Data for this exercise below:

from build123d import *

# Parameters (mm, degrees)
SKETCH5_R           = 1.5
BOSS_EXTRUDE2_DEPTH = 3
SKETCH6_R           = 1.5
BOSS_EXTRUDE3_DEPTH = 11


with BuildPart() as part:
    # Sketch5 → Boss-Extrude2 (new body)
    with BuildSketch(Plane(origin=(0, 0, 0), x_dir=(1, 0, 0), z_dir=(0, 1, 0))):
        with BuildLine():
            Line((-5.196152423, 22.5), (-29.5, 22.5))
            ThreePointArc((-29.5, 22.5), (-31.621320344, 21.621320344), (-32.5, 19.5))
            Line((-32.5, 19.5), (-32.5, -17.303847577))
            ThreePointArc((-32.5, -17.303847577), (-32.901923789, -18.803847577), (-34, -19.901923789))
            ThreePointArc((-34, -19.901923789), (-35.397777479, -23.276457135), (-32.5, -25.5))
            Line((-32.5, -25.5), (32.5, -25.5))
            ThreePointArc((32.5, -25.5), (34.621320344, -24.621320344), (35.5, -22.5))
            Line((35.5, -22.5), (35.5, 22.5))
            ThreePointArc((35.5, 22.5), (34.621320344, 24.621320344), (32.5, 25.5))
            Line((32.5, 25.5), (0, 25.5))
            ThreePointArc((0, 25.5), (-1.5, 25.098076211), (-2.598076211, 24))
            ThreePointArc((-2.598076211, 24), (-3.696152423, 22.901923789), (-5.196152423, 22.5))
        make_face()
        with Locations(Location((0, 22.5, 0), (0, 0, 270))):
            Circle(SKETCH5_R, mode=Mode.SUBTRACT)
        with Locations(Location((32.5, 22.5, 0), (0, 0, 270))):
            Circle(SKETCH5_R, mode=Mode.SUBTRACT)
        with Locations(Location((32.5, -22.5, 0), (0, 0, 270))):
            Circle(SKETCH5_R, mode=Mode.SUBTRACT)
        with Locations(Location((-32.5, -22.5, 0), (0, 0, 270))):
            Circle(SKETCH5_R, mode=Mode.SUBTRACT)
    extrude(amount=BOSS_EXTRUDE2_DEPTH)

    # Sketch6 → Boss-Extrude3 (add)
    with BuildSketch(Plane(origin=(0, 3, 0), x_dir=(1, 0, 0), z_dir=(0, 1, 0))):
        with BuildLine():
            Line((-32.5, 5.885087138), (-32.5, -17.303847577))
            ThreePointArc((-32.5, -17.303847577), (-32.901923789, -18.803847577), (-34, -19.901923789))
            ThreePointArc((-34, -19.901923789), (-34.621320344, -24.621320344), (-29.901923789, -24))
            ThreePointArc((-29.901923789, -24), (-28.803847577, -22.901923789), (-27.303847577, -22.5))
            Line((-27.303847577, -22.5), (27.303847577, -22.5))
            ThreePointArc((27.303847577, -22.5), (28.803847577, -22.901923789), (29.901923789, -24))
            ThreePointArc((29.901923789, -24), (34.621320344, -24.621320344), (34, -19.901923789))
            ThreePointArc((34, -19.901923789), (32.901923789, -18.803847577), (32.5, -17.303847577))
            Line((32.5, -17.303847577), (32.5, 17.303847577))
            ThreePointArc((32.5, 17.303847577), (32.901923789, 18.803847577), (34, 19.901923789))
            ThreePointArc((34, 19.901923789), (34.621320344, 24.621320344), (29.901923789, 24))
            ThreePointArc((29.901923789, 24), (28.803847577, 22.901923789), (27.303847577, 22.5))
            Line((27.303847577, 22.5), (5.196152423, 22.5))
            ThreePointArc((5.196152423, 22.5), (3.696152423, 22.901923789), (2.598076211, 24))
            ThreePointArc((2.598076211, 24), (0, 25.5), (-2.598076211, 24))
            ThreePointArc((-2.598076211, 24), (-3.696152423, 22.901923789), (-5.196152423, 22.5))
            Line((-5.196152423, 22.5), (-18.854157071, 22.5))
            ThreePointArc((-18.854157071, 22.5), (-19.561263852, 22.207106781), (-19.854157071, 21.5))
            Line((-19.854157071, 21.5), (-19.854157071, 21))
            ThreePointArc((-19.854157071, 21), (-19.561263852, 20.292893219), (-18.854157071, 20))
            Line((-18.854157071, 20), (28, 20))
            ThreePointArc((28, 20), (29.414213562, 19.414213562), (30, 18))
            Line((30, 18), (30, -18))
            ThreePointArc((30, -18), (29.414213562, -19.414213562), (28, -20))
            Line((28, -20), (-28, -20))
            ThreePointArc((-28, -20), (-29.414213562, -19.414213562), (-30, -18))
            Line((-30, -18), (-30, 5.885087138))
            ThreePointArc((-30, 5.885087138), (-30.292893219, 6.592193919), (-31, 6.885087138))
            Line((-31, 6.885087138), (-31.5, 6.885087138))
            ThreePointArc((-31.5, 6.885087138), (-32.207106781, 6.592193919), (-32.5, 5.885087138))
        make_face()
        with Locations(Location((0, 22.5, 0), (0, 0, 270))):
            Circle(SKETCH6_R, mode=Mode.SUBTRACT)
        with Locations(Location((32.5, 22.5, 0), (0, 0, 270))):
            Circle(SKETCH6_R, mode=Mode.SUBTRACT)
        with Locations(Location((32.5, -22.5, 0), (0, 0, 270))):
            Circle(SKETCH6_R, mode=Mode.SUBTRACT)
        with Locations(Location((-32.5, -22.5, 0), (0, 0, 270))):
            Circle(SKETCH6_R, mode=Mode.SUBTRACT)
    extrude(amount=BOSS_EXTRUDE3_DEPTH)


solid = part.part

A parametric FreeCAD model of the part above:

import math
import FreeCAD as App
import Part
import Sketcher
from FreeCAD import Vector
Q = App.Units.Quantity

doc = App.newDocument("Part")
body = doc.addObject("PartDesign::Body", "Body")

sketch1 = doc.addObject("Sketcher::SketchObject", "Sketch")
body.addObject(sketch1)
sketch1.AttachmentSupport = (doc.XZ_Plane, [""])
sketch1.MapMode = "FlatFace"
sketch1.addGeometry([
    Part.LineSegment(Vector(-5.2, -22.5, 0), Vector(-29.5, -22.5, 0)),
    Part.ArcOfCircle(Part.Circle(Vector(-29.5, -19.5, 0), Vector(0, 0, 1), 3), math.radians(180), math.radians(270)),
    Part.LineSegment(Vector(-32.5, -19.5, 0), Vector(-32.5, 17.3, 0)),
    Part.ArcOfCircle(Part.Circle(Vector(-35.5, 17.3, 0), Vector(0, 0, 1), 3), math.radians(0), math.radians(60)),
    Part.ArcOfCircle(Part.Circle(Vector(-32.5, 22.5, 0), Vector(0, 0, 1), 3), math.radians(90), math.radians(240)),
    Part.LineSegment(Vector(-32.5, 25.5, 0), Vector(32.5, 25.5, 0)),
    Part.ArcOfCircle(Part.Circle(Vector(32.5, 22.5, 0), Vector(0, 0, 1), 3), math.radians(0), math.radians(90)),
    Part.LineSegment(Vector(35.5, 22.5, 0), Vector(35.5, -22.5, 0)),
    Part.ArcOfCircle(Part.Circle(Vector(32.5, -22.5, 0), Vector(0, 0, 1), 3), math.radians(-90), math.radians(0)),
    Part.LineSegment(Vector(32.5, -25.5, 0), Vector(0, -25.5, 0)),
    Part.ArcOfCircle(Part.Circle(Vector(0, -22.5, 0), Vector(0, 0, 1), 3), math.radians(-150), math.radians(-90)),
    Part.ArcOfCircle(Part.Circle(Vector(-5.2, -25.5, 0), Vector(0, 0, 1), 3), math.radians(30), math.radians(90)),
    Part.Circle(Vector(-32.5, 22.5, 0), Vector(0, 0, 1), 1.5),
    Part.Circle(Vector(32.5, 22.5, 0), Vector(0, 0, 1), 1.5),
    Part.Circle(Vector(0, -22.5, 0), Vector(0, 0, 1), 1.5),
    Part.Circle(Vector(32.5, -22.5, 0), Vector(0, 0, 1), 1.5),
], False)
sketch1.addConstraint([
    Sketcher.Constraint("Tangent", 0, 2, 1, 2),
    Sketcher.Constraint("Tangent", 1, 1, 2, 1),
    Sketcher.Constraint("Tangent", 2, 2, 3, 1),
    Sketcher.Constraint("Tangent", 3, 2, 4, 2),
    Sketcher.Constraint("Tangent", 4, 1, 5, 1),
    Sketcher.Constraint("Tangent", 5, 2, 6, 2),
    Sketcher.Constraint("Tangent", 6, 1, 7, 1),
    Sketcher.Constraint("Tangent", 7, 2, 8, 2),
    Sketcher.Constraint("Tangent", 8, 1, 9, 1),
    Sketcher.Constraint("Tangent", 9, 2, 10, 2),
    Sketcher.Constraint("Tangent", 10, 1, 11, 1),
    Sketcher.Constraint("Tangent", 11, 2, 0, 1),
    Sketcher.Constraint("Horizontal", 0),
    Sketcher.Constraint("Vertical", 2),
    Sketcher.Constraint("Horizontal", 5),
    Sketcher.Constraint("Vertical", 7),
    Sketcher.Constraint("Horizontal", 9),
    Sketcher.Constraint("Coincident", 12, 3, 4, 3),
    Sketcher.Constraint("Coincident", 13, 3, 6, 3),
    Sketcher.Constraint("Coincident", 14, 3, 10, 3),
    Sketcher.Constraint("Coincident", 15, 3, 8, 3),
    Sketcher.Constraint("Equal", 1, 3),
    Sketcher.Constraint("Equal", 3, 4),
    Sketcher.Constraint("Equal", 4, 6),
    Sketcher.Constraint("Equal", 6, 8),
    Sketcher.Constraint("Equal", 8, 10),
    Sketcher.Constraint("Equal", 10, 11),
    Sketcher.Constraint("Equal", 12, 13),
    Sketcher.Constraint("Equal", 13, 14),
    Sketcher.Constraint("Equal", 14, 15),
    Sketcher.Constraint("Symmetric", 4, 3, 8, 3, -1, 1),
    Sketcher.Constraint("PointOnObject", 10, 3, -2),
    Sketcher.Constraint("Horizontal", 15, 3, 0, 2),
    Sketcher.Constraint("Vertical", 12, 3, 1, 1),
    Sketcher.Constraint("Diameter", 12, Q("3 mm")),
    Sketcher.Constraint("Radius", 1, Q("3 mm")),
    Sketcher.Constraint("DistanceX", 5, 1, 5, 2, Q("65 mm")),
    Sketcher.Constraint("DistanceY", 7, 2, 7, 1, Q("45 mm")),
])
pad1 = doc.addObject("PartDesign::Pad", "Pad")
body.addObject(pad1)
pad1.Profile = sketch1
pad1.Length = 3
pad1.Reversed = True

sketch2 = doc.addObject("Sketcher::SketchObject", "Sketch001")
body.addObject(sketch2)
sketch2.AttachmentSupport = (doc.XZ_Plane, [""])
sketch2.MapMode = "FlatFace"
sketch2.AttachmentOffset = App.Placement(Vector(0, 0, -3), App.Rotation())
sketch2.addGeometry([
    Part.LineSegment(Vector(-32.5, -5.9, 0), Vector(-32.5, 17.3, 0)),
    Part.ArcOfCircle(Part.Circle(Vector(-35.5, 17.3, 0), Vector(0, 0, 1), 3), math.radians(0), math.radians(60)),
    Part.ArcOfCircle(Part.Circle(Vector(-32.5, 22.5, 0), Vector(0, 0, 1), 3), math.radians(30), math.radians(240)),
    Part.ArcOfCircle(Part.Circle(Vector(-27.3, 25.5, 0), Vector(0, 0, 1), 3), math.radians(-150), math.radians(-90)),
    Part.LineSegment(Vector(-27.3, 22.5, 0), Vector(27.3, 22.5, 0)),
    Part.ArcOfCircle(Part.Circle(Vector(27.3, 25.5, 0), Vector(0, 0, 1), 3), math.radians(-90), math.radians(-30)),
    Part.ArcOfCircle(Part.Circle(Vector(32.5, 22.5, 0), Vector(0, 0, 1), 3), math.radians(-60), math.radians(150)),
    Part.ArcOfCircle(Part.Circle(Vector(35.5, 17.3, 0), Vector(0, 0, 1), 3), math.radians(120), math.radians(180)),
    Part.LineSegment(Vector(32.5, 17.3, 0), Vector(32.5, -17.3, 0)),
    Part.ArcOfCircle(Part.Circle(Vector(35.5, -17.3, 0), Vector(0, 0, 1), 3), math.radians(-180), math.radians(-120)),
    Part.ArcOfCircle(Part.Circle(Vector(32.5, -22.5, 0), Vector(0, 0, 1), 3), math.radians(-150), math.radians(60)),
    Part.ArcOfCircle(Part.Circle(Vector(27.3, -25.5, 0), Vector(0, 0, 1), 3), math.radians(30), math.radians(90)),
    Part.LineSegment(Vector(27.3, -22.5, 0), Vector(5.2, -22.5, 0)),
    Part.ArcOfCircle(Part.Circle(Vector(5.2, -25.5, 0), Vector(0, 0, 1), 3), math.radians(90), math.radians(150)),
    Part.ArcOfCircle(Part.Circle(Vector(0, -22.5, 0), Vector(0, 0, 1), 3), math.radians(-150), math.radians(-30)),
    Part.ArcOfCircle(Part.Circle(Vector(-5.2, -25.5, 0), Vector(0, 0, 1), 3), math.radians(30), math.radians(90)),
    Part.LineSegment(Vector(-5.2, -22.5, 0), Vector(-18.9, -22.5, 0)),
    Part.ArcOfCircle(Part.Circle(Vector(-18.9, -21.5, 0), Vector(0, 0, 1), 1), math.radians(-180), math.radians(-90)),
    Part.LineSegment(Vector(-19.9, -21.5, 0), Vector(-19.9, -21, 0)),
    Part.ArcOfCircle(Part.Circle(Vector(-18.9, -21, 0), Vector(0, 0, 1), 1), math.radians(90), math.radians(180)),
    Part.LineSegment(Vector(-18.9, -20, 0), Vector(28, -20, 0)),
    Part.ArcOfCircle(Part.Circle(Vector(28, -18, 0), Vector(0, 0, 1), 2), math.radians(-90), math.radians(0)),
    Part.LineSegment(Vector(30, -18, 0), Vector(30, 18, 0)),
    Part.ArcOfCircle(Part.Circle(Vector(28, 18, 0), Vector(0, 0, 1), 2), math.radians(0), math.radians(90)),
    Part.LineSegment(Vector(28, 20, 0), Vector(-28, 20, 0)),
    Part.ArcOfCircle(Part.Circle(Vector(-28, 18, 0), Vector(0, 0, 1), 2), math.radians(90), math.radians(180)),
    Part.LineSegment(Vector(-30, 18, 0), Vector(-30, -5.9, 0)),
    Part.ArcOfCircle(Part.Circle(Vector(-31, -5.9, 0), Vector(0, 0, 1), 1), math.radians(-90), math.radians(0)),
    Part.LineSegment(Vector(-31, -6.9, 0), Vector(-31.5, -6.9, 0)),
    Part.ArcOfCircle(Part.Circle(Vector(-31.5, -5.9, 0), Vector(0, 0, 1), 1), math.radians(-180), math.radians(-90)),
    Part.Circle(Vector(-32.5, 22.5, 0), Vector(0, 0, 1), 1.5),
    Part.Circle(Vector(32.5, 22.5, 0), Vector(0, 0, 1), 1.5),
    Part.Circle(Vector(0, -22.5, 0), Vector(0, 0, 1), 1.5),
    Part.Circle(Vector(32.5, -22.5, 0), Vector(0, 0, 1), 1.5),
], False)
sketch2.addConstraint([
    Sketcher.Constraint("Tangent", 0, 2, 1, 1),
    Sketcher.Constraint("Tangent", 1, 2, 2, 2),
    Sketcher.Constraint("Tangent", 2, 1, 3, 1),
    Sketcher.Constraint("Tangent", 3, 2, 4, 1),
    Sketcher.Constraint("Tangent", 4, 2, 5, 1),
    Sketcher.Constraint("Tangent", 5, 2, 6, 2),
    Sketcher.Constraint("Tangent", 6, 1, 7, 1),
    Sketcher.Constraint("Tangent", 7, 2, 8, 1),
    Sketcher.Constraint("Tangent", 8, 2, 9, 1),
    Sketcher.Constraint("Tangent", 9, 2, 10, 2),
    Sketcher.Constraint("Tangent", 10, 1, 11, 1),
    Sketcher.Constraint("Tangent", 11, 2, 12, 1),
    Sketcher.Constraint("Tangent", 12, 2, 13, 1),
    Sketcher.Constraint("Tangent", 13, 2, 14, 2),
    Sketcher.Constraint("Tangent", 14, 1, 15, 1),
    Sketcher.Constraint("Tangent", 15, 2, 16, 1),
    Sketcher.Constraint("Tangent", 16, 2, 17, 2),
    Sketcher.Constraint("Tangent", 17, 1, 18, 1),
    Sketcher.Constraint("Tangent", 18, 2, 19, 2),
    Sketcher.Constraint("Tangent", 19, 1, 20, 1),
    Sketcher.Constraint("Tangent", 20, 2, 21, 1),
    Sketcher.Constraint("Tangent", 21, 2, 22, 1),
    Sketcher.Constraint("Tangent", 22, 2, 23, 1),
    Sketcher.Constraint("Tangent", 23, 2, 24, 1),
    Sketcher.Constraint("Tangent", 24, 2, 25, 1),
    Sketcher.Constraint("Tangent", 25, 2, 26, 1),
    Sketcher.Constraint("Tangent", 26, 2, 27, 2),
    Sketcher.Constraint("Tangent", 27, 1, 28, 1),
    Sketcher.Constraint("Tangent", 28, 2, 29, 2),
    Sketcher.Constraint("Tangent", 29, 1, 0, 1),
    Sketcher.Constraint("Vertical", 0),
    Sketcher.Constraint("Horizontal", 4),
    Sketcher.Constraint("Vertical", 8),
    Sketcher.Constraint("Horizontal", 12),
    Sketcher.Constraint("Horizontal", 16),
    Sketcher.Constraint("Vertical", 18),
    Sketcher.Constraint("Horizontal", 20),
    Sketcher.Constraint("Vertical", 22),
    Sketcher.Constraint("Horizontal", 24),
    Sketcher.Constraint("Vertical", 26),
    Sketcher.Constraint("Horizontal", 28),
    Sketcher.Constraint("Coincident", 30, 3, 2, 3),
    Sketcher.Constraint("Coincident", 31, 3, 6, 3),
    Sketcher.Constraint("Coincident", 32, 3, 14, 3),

End of Data for this exercise.

Exercise objective: All lines from the first line of the listing above through the line containing "Line((35.5, -22.5), (35.5, 22.5))" are to be retyped exactly. Leave out any other line.

Exercise answer:
from build123d import *

# Parameters (mm, degrees)
SKETCH5_R           = 1.5
BOSS_EXTRUDE2_DEPTH = 3
SKETCH6_R           = 1.5
BOSS_EXTRUDE3_DEPTH = 11


with BuildPart() as part:
    # Sketch5 → Boss-Extrude2 (new body)
    with BuildSketch(Plane(origin=(0, 0, 0), x_dir=(1, 0, 0), z_dir=(0, 1, 0))):
        with BuildLine():
            Line((-5.196152423, 22.5), (-29.5, 22.5))
            ThreePointArc((-29.5, 22.5), (-31.621320344, 21.621320344), (-32.5, 19.5))
            Line((-32.5, 19.5), (-32.5, -17.303847577))
            ThreePointArc((-32.5, -17.303847577), (-32.901923789, -18.803847577), (-34, -19.901923789))
            ThreePointArc((-34, -19.901923789), (-35.397777479, -23.276457135), (-32.5, -25.5))
            Line((-32.5, -25.5), (32.5, -25.5))
            ThreePointArc((32.5, -25.5), (34.621320344, -24.621320344), (35.5, -22.5))
            Line((35.5, -22.5), (35.5, 22.5))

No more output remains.